One Hour Before “Once Upon a Time”

What do the movies “Titanic”and “Forrest Gump” have in common? It’s not an actor or actress, certainly not location or theme and I don’t mean that they were both blockbusters. It’s the use of flashback as a medium to tell the story. The nice thing about reading or watching a movie that starts with a flashback is you know whoever is telling the story, makes it out of whatever trial that will be told. I’m one of those people. I’m okay with someone telling me everything will be fine in the end before I even start. But that’s not what this post is about.

There are flashback beginnings that don’t give the assurance that everything will be okay. Those start with impending doom. A car barreling toward a closing drawbridge, a bullet flying through the air headed toward someone’s heart, a person leaping off a cliff. No guarantees with those beginnings that everyone is going to be okay. You have to wait until the flashback catches up to the beginning to find out. That burning question can generate some serious reader engagement. It’s hard for me to abandon reading a book if a question is proposed at the beginning. I want to know the answer and I’ll plow through a snail crawling plot, poor scene structure and confusing character development, just to get to the end to know. Human curiosity is the driving energy of why people read what we write. But that’s not what this post is about.

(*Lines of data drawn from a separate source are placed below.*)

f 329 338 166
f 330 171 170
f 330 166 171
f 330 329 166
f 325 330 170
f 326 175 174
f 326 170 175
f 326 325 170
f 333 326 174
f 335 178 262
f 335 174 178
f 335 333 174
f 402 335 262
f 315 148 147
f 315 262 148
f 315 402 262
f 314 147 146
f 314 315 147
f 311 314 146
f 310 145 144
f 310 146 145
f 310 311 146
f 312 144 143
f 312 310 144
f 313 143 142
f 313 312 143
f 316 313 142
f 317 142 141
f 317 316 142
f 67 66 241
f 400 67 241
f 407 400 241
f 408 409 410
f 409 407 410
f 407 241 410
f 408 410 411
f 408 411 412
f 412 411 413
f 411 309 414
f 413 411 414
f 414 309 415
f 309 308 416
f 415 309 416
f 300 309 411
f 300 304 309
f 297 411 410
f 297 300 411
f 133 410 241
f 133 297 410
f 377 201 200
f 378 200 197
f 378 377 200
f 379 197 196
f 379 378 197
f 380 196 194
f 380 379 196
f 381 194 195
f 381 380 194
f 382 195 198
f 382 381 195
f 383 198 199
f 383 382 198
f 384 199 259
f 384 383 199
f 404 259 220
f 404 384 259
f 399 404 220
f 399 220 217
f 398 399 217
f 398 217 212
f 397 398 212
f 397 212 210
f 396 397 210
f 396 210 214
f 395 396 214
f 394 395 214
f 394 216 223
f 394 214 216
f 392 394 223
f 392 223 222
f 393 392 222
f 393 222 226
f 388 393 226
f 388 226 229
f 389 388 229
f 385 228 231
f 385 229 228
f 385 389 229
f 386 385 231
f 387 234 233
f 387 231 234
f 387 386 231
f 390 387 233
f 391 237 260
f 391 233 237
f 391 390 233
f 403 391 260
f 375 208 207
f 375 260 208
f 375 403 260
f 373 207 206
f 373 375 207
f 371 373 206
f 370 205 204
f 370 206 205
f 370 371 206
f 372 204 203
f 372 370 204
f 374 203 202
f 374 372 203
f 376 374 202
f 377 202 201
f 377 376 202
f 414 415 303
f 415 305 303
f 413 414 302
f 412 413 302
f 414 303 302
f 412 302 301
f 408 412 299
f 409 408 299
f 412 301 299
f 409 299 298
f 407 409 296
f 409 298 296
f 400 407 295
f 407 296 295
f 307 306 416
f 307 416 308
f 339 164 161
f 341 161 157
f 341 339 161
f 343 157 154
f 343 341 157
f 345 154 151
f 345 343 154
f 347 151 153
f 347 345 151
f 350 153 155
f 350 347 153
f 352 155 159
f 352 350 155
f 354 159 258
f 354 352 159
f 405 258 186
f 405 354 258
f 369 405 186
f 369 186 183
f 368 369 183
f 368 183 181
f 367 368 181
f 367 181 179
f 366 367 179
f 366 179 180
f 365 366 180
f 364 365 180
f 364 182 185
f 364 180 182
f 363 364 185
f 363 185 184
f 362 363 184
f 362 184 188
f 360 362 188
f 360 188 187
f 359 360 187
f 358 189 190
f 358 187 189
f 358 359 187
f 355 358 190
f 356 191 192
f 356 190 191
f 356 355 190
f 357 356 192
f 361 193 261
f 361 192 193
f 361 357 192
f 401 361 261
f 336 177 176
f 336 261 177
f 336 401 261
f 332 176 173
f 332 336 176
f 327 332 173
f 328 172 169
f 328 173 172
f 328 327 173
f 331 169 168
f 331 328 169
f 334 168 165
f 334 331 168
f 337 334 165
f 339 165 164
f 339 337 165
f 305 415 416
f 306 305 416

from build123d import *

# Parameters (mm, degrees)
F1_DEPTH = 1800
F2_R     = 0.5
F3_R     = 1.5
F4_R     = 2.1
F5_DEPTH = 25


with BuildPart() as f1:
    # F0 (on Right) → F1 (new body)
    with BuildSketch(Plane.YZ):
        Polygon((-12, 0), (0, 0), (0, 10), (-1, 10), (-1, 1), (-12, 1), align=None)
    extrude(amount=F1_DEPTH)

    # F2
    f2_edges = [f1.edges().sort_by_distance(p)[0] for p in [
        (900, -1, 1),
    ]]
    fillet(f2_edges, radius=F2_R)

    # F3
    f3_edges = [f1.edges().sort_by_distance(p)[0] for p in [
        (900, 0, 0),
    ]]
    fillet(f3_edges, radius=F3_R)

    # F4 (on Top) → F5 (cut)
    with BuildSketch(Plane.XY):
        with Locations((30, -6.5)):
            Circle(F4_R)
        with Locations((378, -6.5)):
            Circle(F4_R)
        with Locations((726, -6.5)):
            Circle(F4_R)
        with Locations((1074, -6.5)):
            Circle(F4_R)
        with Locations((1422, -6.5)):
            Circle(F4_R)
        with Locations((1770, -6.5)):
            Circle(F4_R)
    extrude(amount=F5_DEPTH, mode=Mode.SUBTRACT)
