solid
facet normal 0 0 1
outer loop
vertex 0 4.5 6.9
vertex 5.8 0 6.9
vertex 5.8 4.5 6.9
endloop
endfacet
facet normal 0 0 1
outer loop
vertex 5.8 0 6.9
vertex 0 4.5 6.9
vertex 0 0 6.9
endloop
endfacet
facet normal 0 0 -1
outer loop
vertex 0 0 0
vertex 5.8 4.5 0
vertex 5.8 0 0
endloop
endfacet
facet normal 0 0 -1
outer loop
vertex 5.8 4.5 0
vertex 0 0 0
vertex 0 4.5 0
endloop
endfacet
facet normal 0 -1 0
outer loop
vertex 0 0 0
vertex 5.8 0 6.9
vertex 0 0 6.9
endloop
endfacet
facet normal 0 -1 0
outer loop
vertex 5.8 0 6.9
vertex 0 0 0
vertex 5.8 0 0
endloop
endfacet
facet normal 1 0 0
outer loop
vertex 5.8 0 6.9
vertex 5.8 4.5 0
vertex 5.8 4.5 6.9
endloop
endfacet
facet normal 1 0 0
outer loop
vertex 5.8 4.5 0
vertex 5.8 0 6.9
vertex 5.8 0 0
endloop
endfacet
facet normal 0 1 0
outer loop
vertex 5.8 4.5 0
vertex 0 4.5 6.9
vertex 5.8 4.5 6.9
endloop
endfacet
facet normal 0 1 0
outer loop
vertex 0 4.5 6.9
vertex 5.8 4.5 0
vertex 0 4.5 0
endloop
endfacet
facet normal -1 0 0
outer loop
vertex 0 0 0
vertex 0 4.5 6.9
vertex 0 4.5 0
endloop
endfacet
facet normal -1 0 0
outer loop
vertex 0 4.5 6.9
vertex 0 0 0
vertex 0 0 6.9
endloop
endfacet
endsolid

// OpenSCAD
/*rotate([90,0,0])
union(){
	difference(){
		resize([8.5,5,5.6])
		cube(2);//original cube
		translate([.9,0,2])
		resize([6.75,5,5.7])
		cube(2);//cutout in center
	}//end difference
	
	translate([0,0,5.6])
	resize([2.5,5,1.15])
	cube(2); //left L, corner latch

	translate([6,0,5.6])
	resize([2.5,5,1.15])
	cube(2);//Right latch
}//end union*/

union(){
	difference(){
		resize([5.8,4.5,6.9])
		cube(2);//original cube
		//cut out should have x: .85, y:? z: 6.9(same)
		/*translate([.9,0,2])
		resize([6.75,5,5.7])
		cube(2);//cutout in center*/
	}//end difference
	
	/*translate([0,0,5.6])
	resize([2.5,5,1.15])
	cube(2); //left L, corner latch

	translate([6,0,5.6])
	resize([2.5,5,1.15])
	cube(2);//Right latch*/
}//end union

I’ve heard at more than one writer’s conference not to have a flashback in the first few pages of a novel. But even with this in mind, I find that some kind of reflection in the past naturally finds its way into first pages. It always seems so necessary to set up the story, to show where the character is at by introducing a nostalgic moment.
I have heavily edited the “Kill Words” novel. I chopped thousands of words from the beginning. Words that introduced my protagonist, her life, her concerns and worries. Good stuff right? Not really. Not if
you’re a reader that wants to be pulled in and transported from real life into a fictional world. I chopped until the story begins right at the precipice of disaster. It was a mind blowing realization that the story became powerful not weak when the word count took a hit. But that’s not what this post is about.

It’s about this, even though starting without much introduction or information about my protagonist, with no leading up to the moment when trouble really invades her life, the fact is, she had a life before the story begins. At least, writer, the protagonist should have a life. A character sketch is essential before and during the crafting of a novel but if you stop there, you’re falling short of having a strong scaffold to construct the plot.

How important is it to know your characters, especially the main characters? In my experience it is the single, most important part of producing a cohesive, sound and meaningful novel. It doesn’t matter if you’re a plotter with an outline or storyboard, or a Panster making up the story as you go, creating a lifetime of memories and history for your characters is essential.

I had Maisey’s life mapped out in the original beginning of the novel. When I cut it away I almost didn’t notice that she was undefinable without that cumbersome introductory tether. That is until I asked myself a question. What happened in Maisey’s life just before the story began?
I started with answering that question for six months ago, but then brought it in closer and closer until I asked what was she doing and thinking the hour before the story began.
With that exercise, Maisey broke open wide and I saw inside her, who she was at that moment and why her first interactions with Tyler were the catalyst of her metamorphosis. I answered the questions by free style writing with no rules about sentence structure, punctuation, order. Really, it was a conversation, typed as my imagination dictated it to my fingers. That allowed an unbroken flow and felt like stream of consciousness from Maisey. The end result is I was able to revise with confidence which comes through as depth in my character that translates to the reader easily relating as though she is a real person and they want to know what happens to her.
Is character history important for a great story? You bet, but it doesn’t have to show in detailed flashbacks or story set-up that tries to veil information with nostalgia or lapses into internal conversation. Just know what your character’s life was about a year before the story, a week, an hour, and then boom, start the novel.

Write on people! NaNoWriMo warriors, get cracking on those revisions or stop and have a conversation with your characters.